Your company is still being talked about, and if you’re not there to contribute to the conversation, you forfeit the chance to steer conversations in a variety of ways:
- Someone is talking about your product but incorrectly describing it
- Someone wants to know more about your product but doesn’t know where to go
- Someone wants to buy your product but doesn’t know where to purchase it
- Someone has a question about whether your product is right for them and wants to know if it will fit their unique situation
- Someone confuses your product with another product
- Someone is having a problem using your product and doesn’t know how to fix it
4. You Say Your High-Tech But It’s All Talk No Action
How is it possible that your product or service offering is so cutting-edge, and yet your company is not active on social media? Today’s consumers expect to see brands online. If you’re not there, it can be perceived as not being knowledgeable and equipped with the latest technology and communication mediums. If you have a high-tech product with ingenious thinking that is ahead of its time, and your marketing efforts try to communicate this image and idea, not having a social media presence contradicts everything your brand is about. If you want consumers to see your product as the latest technology, you have to get with the latest technology. Otherwise there’s a disconnect.

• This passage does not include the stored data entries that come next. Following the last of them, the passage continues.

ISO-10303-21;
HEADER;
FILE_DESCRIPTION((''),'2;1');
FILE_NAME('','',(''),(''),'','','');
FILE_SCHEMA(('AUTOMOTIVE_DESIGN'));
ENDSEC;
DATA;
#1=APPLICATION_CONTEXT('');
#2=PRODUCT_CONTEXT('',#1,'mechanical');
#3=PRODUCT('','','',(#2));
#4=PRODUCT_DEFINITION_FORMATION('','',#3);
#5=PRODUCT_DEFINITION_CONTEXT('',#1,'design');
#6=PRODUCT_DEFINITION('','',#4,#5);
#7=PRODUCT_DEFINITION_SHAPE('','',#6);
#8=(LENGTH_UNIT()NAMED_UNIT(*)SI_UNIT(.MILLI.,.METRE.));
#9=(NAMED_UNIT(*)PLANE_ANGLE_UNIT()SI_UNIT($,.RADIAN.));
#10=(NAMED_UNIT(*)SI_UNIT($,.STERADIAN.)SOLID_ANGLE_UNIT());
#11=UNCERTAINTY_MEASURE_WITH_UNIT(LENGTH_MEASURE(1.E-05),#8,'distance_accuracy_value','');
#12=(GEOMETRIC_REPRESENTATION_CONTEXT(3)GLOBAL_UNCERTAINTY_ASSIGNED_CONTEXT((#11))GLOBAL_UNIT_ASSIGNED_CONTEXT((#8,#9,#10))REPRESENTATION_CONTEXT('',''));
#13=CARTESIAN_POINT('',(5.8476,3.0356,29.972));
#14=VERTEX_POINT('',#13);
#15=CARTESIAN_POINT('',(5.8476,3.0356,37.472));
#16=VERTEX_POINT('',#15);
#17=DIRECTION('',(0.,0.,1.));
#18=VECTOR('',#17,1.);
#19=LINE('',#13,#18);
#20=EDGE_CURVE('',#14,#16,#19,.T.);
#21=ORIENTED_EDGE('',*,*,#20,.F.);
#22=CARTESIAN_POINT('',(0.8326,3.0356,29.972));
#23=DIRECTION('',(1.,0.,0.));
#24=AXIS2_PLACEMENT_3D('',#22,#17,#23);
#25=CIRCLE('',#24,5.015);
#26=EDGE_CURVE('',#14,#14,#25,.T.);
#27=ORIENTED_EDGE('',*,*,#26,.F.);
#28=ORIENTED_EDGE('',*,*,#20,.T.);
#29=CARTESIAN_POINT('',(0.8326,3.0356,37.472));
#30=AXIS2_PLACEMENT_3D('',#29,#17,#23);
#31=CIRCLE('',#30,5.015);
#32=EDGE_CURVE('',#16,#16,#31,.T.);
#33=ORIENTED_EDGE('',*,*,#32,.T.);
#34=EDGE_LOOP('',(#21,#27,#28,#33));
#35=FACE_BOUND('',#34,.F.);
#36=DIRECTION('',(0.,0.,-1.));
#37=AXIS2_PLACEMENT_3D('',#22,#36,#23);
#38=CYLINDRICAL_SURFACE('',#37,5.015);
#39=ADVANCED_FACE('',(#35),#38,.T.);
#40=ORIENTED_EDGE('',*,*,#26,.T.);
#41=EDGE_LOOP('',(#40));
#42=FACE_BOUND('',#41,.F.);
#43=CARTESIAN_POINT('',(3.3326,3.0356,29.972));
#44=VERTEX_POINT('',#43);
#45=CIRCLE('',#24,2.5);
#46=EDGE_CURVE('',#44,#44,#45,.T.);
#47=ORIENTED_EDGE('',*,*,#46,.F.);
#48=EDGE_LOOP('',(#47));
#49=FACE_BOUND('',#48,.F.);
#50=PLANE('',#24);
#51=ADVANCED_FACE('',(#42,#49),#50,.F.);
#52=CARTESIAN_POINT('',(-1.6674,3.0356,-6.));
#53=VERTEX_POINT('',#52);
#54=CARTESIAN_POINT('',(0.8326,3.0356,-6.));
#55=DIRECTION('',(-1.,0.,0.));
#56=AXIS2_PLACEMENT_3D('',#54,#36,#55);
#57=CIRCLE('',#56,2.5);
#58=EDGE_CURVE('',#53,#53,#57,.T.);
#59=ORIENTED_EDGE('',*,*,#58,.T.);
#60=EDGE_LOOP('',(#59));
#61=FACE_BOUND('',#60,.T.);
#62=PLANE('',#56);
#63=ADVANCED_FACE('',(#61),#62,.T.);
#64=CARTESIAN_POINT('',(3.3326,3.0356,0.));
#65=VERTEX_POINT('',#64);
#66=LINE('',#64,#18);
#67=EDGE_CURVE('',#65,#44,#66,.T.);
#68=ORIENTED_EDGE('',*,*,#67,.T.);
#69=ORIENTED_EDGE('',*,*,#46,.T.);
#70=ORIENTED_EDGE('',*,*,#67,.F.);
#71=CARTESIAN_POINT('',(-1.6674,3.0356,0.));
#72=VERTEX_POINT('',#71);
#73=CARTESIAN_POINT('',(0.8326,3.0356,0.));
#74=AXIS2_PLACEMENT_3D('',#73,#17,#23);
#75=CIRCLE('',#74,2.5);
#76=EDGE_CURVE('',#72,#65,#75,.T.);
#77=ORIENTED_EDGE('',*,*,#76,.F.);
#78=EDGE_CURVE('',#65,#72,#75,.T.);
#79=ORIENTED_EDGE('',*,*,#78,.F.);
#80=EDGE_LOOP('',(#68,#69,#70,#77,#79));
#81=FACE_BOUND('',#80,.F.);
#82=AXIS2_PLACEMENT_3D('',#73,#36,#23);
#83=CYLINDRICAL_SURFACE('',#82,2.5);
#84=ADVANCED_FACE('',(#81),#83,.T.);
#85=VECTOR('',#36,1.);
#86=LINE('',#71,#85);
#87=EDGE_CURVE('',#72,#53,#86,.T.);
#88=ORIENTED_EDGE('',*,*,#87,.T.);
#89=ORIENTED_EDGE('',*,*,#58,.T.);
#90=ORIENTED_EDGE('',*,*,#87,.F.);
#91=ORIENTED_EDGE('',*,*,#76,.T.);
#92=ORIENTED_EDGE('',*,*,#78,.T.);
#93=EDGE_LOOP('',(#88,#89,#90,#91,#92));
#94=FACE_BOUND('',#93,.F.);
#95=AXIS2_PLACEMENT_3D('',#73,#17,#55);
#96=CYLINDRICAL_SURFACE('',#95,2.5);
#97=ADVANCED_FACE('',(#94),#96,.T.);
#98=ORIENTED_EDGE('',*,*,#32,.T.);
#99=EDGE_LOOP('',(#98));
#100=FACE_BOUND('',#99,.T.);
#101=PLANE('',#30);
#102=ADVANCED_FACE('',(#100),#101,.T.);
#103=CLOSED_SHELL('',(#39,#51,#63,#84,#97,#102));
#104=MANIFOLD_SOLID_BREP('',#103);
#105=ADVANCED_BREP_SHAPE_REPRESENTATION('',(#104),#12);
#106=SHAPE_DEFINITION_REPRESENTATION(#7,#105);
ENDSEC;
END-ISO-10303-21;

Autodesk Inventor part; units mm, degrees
ref_plane "YZ Plane" through (0, 0, 0) normal (1, 0, 0) x (0, 1, 0)
ref_plane "XZ Plane" through (0, 0, 0) normal (0, 1, 0) x (-1, 0, 0)
ref_plane "XY Plane" through (0, 0, 0) normal (0, 0, 1) x (1, 0, 0)
sketch "Sketch1" plane through (0, 0, 0) normal (0, 0, 1) x (1, 0, 0)
  circle A0 centre (0.8326, 3.0356) radius 2.5
  point P0 (0, 0)
  dimension "d0" = 5
extrude "Extrusion1" add sketch "Sketch1" along normal blind 29.972
sketch "Sketch2" plane through (0.8326, 3.0356, 29.972) normal (0, 0, 1) x (1, 0, 0)
  circle A0 centre (0, 0) radius 2.5 projected
  circle A1 centre (0, 0) radius 5.015
  point P0 (-0.8326, -3.0356)
extrude "Extrusion2" add sketch "Sketch2" along normal blind 7.5 contours A0 | A1
sketch "Sketch3" plane through (0.8326, 3.0356, 0) normal (0, 0, -1) x (-1, 0, 0)
  circle A0 centre (0, 0) radius 5.015 projected
  circle A1 centre (0, 0) radius 2.5 projected
  circle A2 centre (0, 0) radius 2.5 projected
  point P0 (0.8326, -3.0356)
extrude "Extrusion3" add sketch "Sketch3" along normal blind 6 contours A1
properties part number "5mm_bolt" material "Steel, Alloy"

5. No One Ever Likes the Silent Treatment
How can you possibly argue that you are there to help customers and that you truly care about and their needs if you simply ignore them? That’s what you’re doing by not being on social media. Nobody likes someone who gives the silent treatment, and this extends to social business. It’s annoying, it’s frustrating, and it’s completely belittling to feel like the other person won’t even let you open up a conversation about a problem or concern. What do you do when a friend is too stubborn to give you the time of day? You give up. After a while, people get tired of not getting a response, and they may stop using your product or service. Remember it’s far more expensive to gain new customers than please existing ones. In a potentially more damaging scenario, a customer becomes vindictive, and they seek to punish your company for not listening. They may try to call attention to your brand and bash your brand on social media and through other channels. They’ll congregate their followers and incite them to action against your company. They’ll start an anti-“your company” movement. What should you do? Don’t ignore them in the first place! Social media absence undermines your company's other direct-to-patient marketing efforts because it can contradicts the message that your company cares about the customer.Don’t be caught typing on a typewriter, using a computer that needs its own room it’s so big, using a cellphone that weighs 20lbs, watching film on a VHS, or not using social media. It’s old, it’s heavy, it’s slow, it’s tired, it lacks functionality, and it simply won’t cut it. Equip your company for the coming years: things are only going digital, moving faster, and happening in real-time, all with the patient consumer front and center. The only way to keep up with it is to jump on board so that by the time the next thing hits, you’re not obsolete, and your company is agile enough to adapt to change.